コンサートが始まる直前に、矢口さんは緊張する私たちに言った。大丈夫、
お客さんは私たちの味方だからね、と。
初めて経験することは、いろいろな発見を与えてくれる。
私はそれまで知らなかった。ステージの下から私に投げかけられる声が、
こんなに自分にはっきりと届くということ。私は知らなかった。
声援は幅の広い曖昧な帯のようになって、自分を包み込むものだと思っていた。
そのなかで自分は歌うんだと思っていた。
いや、違う。私以外のメンバーは観客の声など聞き分けられないだろう。
しかし私だけが聞き分けることができた。
彼女たちに向けられた声援は、それほど種類がない。それはくるおしく
名前を呼ぶものであったり、直接的な賛美の言葉だったりする。
それらはひとつに美しくまとまり、受ける側を気持ちよくさせる。
それにくらべて、私に向けられた声は非常にバラエティーに富んでいた。
だから私はそれを聞き取ることができたのだろう。
人を貶め、傷つけ、ぼろぼろにする言葉は、この世の中に星の数ほど
あった。
ただそのことを、私が知らなかった。「死ね」と誰かに怒鳴られると
いうこと、それも、たくさんの見ず知らずの人間から。そんな経験は、
それまで十三年生きてきたなかでは、私にはなかった。
さまざまな種類の言葉が、ばらばらのまま、ガラスの欠片のように
私に突き刺さった。彼らは私の血を見がっていた。
何人の人がこの会場にいるんだろう。確か八千人、いや一万人って
スタッフの人が言っていたような気がする。
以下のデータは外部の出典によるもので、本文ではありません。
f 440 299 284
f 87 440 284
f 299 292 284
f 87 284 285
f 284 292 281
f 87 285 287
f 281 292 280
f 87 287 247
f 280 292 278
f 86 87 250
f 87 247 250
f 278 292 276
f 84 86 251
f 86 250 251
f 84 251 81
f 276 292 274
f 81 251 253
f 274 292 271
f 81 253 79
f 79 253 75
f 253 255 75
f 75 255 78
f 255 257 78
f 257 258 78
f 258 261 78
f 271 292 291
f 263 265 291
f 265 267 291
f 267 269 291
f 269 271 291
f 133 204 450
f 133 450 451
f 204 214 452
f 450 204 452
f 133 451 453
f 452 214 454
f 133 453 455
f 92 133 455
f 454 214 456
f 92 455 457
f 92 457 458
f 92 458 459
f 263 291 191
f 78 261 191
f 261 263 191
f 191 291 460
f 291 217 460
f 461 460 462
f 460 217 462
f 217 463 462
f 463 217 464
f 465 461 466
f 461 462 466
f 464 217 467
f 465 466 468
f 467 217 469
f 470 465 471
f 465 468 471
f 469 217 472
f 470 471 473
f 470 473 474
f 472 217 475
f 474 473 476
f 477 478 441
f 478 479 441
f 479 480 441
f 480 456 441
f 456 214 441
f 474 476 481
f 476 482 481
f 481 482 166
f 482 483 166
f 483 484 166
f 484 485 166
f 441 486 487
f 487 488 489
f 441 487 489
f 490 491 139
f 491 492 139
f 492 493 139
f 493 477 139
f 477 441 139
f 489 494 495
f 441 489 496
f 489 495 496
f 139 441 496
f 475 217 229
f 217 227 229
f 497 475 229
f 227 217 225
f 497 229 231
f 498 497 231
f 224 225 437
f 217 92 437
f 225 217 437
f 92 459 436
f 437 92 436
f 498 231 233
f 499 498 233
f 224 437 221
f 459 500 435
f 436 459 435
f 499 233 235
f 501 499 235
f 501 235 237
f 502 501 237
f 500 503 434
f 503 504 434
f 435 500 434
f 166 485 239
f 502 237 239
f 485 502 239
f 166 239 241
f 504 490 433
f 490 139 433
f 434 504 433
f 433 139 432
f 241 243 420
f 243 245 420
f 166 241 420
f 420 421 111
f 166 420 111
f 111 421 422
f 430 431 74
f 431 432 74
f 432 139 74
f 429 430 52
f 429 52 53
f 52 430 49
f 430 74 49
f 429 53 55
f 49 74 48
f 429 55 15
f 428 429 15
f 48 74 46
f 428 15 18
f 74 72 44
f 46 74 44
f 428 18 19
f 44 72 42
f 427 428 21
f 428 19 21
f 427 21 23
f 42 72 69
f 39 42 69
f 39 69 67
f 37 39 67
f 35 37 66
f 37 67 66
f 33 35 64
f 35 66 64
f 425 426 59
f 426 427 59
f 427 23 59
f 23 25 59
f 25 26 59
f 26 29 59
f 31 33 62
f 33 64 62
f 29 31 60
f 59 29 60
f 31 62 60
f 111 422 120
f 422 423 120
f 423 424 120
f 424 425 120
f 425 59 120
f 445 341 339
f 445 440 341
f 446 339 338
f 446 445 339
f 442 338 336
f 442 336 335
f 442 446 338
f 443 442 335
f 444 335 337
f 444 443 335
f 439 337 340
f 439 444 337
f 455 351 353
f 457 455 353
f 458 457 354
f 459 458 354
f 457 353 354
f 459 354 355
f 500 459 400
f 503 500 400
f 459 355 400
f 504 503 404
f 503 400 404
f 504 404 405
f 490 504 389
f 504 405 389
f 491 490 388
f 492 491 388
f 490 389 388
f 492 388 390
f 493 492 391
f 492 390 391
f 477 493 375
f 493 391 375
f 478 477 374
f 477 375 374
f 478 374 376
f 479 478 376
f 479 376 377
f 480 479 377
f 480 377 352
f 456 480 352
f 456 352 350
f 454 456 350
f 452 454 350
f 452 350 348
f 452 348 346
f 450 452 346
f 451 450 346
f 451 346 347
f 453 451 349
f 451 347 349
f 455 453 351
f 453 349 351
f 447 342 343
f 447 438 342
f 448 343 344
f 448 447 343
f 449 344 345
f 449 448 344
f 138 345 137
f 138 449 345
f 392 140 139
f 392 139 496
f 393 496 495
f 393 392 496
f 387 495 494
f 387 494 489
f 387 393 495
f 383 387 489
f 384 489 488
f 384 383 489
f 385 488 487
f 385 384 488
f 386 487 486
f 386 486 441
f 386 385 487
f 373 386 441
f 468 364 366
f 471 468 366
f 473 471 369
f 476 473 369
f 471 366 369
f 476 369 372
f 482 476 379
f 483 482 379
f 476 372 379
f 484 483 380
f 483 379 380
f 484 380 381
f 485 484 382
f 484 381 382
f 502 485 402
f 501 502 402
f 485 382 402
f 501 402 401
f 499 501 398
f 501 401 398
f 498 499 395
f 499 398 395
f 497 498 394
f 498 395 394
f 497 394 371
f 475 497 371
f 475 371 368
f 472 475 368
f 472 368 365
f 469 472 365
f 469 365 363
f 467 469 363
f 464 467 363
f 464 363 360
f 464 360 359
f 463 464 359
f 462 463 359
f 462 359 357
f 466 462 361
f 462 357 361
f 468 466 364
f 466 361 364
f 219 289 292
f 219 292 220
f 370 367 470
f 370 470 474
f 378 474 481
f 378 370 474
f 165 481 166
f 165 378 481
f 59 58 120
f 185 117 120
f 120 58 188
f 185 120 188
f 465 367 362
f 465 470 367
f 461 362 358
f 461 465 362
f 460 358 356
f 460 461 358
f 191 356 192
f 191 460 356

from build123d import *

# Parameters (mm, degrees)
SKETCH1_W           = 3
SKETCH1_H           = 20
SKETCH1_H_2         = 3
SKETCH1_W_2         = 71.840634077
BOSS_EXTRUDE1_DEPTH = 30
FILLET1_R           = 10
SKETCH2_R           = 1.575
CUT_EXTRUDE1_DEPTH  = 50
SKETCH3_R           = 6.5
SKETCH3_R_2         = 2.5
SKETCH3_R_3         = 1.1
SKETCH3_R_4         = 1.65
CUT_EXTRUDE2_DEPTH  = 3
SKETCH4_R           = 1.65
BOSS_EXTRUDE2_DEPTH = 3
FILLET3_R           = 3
私は先輩たちの後ろで
覚えたてのダンスを踊りながら、ショックと緊張で麻痺した頭でぼ
んやりと考えていた。
私がMCで喋ると、会場は水を打ったように一瞬、静まり返る。
そして、その静寂を縫うように、いろいろな言葉が聞こえてきた。
その言葉は私をあきらかに拒否していて、見えない力で私の頬を
めちゃめちゃにぶった。
このたくさんの人の、どのくらいの人が私を目障りに思っているん
だろう。
3分の1?2分の1?もしかしたらここにいる一万人の人が
全部、私を憎んでいるのかもしれない。グロテスクでどろどろした
悪意が、この会場いっぱいに充満しているように私には思えた。
息を吸い込むと、毒を飲み込んだように苦い味がした。
私以外のメンバーはみんな楽しそうに、汗をきらきら輝かせながら
踊っている。
私がいるところとは違う、弾けるように明るい光のなかで、みんな
笑っている。
ここは暗くてじめじめして、すごく嫌な匂いがするのに。
またダンスの振りが遅れてしまった。愛ちゃんが私の方を心配そうに
見ている。ちゃんと、みんなの足をひっぱらないように、踊らなくちゃ。
でも、吐き気がこみ上げてくる。胃が何か別の生き物みたいだ。さっきから
ずっと、小さくなったり大きくなったりして暴れている。
早くここから逃げ出したい。綺麗な空気をすいたい。どこでもいいから、
早く。ここじゃない、違う場所へ。
また遠くの暗がりから声がした。私は思わず耳を塞ぎたくなった。